:: Problem statement ::
How do the lines below between the ones holding "v -80.005 -12.766 -272.472" and "v 1132.822 -12.74 -38.397", inclusive, read? Give them again exactly, with no other lines.

+++ Data for this exercise +++

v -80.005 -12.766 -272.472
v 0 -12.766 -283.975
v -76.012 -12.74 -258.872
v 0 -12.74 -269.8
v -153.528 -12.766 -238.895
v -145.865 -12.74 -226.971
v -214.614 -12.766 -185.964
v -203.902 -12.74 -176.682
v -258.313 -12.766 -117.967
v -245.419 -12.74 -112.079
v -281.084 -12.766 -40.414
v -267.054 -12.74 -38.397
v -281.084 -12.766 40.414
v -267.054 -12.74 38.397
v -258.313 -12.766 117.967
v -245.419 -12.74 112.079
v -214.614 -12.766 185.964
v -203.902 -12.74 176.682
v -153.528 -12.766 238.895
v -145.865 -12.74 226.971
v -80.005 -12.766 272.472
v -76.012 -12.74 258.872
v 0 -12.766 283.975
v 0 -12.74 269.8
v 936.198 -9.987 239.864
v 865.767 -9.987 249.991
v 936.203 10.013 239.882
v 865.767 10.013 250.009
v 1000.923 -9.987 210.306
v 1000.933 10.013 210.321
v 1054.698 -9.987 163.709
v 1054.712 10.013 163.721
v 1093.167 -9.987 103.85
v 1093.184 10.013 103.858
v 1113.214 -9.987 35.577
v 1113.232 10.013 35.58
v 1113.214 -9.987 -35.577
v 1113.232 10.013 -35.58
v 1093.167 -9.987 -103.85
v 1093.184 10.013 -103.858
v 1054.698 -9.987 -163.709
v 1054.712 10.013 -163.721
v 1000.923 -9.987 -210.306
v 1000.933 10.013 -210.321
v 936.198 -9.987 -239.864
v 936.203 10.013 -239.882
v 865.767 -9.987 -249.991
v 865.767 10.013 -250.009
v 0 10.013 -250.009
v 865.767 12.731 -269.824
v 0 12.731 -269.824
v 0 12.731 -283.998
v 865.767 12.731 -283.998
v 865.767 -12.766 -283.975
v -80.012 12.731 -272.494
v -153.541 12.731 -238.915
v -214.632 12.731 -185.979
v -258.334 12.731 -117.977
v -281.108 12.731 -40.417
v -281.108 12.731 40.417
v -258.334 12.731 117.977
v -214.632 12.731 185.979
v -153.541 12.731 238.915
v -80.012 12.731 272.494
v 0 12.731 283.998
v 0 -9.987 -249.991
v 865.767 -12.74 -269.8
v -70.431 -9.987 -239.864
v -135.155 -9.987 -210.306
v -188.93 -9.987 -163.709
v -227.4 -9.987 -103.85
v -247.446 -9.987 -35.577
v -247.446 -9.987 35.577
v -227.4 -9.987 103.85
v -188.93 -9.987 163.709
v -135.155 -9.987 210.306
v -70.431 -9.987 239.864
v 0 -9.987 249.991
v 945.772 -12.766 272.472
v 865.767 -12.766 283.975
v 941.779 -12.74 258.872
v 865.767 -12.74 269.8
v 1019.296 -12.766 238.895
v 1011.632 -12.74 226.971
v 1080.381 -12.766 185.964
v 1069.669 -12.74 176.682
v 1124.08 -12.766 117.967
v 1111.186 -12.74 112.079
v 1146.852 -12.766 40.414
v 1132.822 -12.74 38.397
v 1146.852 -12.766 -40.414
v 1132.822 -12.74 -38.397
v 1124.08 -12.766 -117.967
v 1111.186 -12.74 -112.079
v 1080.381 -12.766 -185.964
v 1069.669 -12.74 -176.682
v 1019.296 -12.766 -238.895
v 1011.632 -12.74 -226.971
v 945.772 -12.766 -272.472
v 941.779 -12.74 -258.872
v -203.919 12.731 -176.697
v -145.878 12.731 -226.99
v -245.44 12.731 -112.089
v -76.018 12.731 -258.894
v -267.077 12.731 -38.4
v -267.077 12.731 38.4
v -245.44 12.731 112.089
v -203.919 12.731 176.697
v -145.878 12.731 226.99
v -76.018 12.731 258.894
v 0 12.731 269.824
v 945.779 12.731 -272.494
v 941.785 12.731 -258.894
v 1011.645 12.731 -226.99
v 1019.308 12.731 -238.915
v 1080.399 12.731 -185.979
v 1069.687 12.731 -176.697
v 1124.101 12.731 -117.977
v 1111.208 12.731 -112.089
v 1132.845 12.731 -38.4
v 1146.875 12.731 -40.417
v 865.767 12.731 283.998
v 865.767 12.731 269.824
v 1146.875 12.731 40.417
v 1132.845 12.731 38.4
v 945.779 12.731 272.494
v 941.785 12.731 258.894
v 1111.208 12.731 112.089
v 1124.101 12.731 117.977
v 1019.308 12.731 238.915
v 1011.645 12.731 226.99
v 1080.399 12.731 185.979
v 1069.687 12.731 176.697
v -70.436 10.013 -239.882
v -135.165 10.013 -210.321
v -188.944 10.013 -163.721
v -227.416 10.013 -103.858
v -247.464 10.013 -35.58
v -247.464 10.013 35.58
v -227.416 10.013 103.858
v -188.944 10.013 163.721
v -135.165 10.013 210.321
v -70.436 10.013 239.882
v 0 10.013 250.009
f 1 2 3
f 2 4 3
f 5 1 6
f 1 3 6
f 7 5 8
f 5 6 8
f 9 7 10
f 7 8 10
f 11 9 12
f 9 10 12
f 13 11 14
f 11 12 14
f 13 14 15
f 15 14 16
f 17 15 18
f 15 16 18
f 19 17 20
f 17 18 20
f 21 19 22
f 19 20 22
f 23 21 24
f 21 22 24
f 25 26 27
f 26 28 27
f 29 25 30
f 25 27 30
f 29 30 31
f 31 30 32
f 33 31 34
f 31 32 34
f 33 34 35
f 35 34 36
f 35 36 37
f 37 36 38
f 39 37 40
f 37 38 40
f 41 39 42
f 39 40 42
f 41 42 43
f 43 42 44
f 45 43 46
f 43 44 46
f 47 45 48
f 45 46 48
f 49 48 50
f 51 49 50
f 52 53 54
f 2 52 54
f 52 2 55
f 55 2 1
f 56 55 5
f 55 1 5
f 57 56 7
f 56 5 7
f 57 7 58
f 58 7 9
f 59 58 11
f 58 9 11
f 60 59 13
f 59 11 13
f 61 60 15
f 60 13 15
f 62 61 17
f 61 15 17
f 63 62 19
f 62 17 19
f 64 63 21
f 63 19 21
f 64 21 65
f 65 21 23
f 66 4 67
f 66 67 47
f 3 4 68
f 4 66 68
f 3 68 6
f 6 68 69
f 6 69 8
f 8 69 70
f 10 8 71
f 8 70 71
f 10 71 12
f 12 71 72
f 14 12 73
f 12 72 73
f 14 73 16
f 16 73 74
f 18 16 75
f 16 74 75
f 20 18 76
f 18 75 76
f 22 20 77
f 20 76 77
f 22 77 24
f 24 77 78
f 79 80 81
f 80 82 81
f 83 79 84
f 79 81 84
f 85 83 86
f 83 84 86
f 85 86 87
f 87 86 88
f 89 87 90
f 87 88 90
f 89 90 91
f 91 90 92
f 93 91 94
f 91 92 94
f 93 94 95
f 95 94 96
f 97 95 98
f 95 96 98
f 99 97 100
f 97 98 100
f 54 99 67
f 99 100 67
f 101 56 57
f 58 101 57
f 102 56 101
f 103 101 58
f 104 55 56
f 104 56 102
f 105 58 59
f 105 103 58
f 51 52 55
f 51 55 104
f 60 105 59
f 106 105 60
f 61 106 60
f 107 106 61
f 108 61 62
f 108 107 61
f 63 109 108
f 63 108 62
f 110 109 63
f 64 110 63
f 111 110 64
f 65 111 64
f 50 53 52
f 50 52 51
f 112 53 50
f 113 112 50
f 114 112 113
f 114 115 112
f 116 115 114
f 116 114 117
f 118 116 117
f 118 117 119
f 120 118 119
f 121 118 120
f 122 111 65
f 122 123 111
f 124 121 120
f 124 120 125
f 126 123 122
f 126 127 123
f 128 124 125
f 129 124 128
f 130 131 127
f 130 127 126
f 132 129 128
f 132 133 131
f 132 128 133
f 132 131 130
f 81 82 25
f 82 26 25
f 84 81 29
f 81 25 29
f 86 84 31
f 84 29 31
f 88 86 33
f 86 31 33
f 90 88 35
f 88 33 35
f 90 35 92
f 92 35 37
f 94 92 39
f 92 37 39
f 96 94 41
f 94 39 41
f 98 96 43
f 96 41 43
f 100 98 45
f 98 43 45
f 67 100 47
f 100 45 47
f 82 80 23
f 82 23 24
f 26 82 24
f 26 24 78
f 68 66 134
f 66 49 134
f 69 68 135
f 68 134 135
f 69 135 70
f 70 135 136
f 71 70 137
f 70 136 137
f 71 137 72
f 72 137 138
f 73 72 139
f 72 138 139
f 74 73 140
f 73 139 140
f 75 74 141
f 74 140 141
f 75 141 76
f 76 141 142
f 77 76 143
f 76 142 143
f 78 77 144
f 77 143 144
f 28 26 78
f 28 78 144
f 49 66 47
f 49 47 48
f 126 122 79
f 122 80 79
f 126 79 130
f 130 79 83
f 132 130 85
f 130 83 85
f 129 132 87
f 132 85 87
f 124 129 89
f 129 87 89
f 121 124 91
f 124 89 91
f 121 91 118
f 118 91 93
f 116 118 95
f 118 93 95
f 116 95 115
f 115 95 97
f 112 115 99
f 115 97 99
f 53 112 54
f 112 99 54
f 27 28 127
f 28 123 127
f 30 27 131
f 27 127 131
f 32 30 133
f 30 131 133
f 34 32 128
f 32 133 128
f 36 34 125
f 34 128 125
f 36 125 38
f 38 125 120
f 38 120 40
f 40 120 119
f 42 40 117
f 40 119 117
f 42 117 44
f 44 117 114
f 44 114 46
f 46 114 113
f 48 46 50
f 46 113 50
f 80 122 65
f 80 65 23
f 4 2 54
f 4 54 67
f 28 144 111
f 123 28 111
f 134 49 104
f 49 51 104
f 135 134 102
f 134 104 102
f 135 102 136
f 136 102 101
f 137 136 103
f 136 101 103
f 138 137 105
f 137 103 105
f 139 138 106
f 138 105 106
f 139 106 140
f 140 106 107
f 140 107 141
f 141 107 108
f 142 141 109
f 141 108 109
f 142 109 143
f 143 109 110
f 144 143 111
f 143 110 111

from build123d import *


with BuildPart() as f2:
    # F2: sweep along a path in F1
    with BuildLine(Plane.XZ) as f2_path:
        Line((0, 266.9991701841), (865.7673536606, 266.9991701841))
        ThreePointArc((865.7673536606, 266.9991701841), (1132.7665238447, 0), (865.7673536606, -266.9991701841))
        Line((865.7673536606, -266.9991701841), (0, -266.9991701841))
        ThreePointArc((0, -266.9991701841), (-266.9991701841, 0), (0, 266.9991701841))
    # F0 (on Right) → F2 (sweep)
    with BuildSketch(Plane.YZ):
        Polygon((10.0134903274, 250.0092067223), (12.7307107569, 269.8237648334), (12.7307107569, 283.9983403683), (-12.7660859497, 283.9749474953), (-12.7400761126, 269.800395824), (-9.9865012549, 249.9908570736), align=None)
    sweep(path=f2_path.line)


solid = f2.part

+++
+++ Data for this exercise +++

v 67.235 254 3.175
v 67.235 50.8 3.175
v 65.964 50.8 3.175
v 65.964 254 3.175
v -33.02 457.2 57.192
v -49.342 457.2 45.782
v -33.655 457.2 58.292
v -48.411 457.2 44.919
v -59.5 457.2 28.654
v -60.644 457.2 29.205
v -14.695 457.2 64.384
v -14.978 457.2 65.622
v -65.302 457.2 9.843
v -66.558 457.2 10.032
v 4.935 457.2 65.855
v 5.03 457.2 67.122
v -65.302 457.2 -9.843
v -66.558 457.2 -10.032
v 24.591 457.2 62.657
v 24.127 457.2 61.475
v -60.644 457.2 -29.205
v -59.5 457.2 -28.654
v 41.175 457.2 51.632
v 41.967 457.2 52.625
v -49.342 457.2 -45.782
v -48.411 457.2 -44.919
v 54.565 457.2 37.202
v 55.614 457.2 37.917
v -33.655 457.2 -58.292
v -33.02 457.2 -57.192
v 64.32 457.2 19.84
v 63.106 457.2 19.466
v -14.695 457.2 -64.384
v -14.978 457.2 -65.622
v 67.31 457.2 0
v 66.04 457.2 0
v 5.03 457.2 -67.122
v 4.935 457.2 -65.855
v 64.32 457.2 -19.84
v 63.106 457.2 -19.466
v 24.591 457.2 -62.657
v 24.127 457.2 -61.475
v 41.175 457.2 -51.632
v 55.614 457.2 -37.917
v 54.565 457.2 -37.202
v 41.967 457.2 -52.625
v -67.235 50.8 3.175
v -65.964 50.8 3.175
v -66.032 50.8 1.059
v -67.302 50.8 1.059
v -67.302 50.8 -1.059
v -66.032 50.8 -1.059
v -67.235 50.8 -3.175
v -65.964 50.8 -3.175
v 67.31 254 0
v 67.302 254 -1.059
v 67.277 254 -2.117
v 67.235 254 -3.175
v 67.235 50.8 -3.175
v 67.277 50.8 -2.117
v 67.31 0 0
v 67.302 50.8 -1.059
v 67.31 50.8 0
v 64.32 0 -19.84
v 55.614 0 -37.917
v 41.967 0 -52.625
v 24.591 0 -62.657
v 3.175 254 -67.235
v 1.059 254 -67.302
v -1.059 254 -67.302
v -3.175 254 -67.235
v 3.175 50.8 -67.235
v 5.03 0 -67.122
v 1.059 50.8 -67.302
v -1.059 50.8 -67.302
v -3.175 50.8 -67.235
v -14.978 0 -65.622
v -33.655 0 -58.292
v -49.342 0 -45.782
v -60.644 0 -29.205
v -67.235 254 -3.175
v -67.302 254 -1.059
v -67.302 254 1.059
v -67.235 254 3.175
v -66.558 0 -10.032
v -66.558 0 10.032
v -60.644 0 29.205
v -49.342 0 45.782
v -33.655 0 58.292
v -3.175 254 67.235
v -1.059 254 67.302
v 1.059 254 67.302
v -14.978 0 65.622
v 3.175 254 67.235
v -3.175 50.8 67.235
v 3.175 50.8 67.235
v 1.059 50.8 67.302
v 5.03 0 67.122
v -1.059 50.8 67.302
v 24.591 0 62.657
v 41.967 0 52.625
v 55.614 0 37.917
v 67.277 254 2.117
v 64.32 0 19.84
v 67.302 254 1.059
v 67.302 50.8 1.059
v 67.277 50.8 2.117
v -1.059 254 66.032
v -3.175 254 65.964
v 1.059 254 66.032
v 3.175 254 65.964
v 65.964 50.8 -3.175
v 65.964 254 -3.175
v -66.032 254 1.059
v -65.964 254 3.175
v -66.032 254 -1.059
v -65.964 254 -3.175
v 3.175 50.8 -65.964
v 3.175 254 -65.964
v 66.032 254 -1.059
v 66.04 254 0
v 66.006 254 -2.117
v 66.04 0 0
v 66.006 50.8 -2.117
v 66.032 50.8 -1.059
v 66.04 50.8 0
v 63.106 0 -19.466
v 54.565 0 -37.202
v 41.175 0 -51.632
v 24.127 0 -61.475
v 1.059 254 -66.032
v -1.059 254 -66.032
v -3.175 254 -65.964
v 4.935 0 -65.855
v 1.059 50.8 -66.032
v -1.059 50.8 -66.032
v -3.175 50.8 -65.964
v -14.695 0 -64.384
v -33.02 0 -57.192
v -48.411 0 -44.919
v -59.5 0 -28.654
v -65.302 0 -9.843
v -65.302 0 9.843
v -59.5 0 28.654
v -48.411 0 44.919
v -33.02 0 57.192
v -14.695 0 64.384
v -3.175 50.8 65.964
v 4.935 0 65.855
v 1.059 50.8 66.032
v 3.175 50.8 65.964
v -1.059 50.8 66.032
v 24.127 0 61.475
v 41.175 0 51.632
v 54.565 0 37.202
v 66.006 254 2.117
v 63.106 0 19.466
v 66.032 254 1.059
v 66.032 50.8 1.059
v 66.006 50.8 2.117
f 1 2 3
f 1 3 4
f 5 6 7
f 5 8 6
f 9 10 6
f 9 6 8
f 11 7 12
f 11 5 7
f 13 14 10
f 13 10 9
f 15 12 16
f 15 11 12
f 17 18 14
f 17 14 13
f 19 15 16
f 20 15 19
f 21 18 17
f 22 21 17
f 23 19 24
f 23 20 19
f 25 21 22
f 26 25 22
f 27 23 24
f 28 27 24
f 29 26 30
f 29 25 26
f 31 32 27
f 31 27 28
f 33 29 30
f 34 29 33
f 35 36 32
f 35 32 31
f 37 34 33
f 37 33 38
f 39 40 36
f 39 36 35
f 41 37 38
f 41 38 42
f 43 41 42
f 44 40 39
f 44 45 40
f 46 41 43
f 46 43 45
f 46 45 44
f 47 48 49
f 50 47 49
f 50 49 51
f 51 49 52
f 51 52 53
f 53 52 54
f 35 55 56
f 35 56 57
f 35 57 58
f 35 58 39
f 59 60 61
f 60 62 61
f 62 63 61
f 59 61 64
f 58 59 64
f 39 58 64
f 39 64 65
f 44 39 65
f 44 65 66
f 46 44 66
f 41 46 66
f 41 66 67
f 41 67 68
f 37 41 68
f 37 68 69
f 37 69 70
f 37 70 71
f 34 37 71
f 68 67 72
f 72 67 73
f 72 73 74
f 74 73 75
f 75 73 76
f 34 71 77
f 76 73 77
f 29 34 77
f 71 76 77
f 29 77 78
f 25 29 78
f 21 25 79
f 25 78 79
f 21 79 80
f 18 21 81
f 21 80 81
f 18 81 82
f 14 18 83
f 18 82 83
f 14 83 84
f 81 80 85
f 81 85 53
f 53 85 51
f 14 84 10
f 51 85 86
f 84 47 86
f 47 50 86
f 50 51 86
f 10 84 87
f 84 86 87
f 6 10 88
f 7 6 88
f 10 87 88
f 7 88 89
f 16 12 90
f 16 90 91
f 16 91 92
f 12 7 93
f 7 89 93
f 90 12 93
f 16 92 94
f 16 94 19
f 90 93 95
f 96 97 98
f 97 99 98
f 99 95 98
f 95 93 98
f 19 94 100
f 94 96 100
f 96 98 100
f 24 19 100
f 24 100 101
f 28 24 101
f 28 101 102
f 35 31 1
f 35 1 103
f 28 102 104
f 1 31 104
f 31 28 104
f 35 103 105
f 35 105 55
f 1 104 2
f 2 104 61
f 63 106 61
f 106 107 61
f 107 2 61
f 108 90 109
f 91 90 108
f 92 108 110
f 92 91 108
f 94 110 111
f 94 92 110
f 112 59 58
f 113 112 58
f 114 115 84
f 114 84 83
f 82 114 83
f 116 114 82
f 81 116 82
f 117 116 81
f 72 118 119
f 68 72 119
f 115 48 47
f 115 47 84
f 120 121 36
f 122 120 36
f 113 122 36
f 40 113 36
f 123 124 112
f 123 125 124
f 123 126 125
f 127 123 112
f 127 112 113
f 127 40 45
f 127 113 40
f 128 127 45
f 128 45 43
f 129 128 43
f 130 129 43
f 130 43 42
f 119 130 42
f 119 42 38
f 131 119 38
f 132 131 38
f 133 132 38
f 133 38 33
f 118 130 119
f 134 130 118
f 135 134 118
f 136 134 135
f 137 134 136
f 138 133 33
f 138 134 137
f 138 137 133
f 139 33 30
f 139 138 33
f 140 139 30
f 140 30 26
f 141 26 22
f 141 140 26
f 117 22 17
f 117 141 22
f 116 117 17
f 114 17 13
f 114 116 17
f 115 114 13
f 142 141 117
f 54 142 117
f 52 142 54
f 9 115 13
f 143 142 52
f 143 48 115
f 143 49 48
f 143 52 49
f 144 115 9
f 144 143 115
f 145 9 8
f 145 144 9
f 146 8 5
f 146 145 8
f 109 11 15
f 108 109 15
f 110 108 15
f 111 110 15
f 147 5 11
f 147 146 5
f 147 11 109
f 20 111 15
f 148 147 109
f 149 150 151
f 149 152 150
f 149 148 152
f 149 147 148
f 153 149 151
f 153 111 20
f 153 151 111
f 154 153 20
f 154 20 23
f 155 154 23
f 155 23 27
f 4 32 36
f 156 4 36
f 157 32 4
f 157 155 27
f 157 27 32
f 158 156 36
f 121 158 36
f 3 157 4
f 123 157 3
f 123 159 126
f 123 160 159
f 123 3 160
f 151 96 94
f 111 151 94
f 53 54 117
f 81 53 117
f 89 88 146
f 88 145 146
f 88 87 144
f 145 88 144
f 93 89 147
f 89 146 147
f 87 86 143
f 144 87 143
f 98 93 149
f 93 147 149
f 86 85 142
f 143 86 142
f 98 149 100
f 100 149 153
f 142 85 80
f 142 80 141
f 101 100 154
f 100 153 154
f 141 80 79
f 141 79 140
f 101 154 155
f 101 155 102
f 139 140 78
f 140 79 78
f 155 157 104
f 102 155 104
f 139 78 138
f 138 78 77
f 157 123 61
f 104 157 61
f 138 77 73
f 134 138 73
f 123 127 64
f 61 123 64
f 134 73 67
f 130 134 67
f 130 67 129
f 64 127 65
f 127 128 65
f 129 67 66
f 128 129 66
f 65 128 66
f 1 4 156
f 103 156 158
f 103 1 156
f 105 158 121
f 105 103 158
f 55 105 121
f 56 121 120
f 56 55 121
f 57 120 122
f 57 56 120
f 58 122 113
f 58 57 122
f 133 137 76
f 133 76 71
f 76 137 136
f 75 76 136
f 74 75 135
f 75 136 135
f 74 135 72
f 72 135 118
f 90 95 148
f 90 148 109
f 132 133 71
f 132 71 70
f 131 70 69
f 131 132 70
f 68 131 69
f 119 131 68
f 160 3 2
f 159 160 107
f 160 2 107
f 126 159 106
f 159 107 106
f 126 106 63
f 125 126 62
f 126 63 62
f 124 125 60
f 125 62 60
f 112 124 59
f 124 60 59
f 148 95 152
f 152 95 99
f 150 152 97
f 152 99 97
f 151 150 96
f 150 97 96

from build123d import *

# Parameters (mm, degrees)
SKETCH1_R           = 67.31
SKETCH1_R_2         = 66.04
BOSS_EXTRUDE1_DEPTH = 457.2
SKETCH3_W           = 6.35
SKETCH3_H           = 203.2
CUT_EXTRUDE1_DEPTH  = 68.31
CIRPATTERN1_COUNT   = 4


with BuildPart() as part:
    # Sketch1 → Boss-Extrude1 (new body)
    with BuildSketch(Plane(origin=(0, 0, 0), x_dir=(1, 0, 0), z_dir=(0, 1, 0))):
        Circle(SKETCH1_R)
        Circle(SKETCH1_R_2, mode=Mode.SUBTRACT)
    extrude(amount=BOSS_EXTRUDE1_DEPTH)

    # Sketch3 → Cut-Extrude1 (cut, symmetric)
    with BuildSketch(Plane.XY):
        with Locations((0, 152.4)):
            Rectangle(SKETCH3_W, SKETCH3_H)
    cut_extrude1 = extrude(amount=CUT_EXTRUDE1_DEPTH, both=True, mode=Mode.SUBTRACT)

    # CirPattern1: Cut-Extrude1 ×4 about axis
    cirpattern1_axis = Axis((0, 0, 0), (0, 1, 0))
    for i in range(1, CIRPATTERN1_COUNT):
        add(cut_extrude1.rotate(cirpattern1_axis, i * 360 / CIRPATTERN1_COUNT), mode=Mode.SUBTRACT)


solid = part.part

+++

:: Exercise response ::
v -80.005 -12.766 -272.472
v 0 -12.766 -283.975
v -76.012 -12.74 -258.872
v 0 -12.74 -269.8
v -153.528 -12.766 -238.895
v -145.865 -12.74 -226.971
v -214.614 -12.766 -185.964
v -203.902 -12.74 -176.682
v -258.313 -12.766 -117.967
v -245.419 -12.74 -112.079
v -281.084 -12.766 -40.414
v -267.054 -12.74 -38.397
v -281.084 -12.766 40.414
v -267.054 -12.74 38.397
v -258.313 -12.766 117.967
v -245.419 -12.74 112.079
v -214.614 -12.766 185.964
v -203.902 -12.74 176.682
v -153.528 -12.766 238.895
v -145.865 -12.74 226.971
v -80.005 -12.766 272.472
v -76.012 -12.74 258.872
v 0 -12.766 283.975
v 0 -12.74 269.8
v 936.198 -9.987 239.864
v 865.767 -9.987 249.991
v 936.203 10.013 239.882
v 865.767 10.013 250.009
v 1000.923 -9.987 210.306
v 1000.933 10.013 210.321
v 1054.698 -9.987 163.709
v 1054.712 10.013 163.721
v 1093.167 -9.987 103.85
v 1093.184 10.013 103.858
v 1113.214 -9.987 35.577
v 1113.232 10.013 35.58
v 1113.214 -9.987 -35.577
v 1113.232 10.013 -35.58
v 1093.167 -9.987 -103.85
v 1093.184 10.013 -103.858
v 1054.698 -9.987 -163.709
v 1054.712 10.013 -163.721
v 1000.923 -9.987 -210.306
v 1000.933 10.013 -210.321
v 936.198 -9.987 -239.864
v 936.203 10.013 -239.882
v 865.767 -9.987 -249.991
v 865.767 10.013 -250.009
v 0 10.013 -250.009
v 865.767 12.731 -269.824
v 0 12.731 -269.824
v 0 12.731 -283.998
v 865.767 12.731 -283.998
v 865.767 -12.766 -283.975
v -80.012 12.731 -272.494
v -153.541 12.731 -238.915
v -214.632 12.731 -185.979
v -258.334 12.731 -117.977
v -281.108 12.731 -40.417
v -281.108 12.731 40.417
v -258.334 12.731 117.977
v -214.632 12.731 185.979
v -153.541 12.731 238.915
v -80.012 12.731 272.494
v 0 12.731 283.998
v 0 -9.987 -249.991
v 865.767 -12.74 -269.8
v -70.431 -9.987 -239.864
v -135.155 -9.987 -210.306
v -188.93 -9.987 -163.709
v -227.4 -9.987 -103.85
v -247.446 -9.987 -35.577
v -247.446 -9.987 35.577
v -227.4 -9.987 103.85
v -188.93 -9.987 163.709
v -135.155 -9.987 210.306
v -70.431 -9.987 239.864
v 0 -9.987 249.991
v 945.772 -12.766 272.472
v 865.767 -12.766 283.975
v 941.779 -12.74 258.872
v 865.767 -12.74 269.8
v 1019.296 -12.766 238.895
v 1011.632 -12.74 226.971
v 1080.381 -12.766 185.964
v 1069.669 -12.74 176.682
v 1124.08 -12.766 117.967
v 1111.186 -12.74 112.079
v 1146.852 -12.766 40.414
v 1132.822 -12.74 38.397
v 1146.852 -12.766 -40.414
v 1132.822 -12.74 -38.397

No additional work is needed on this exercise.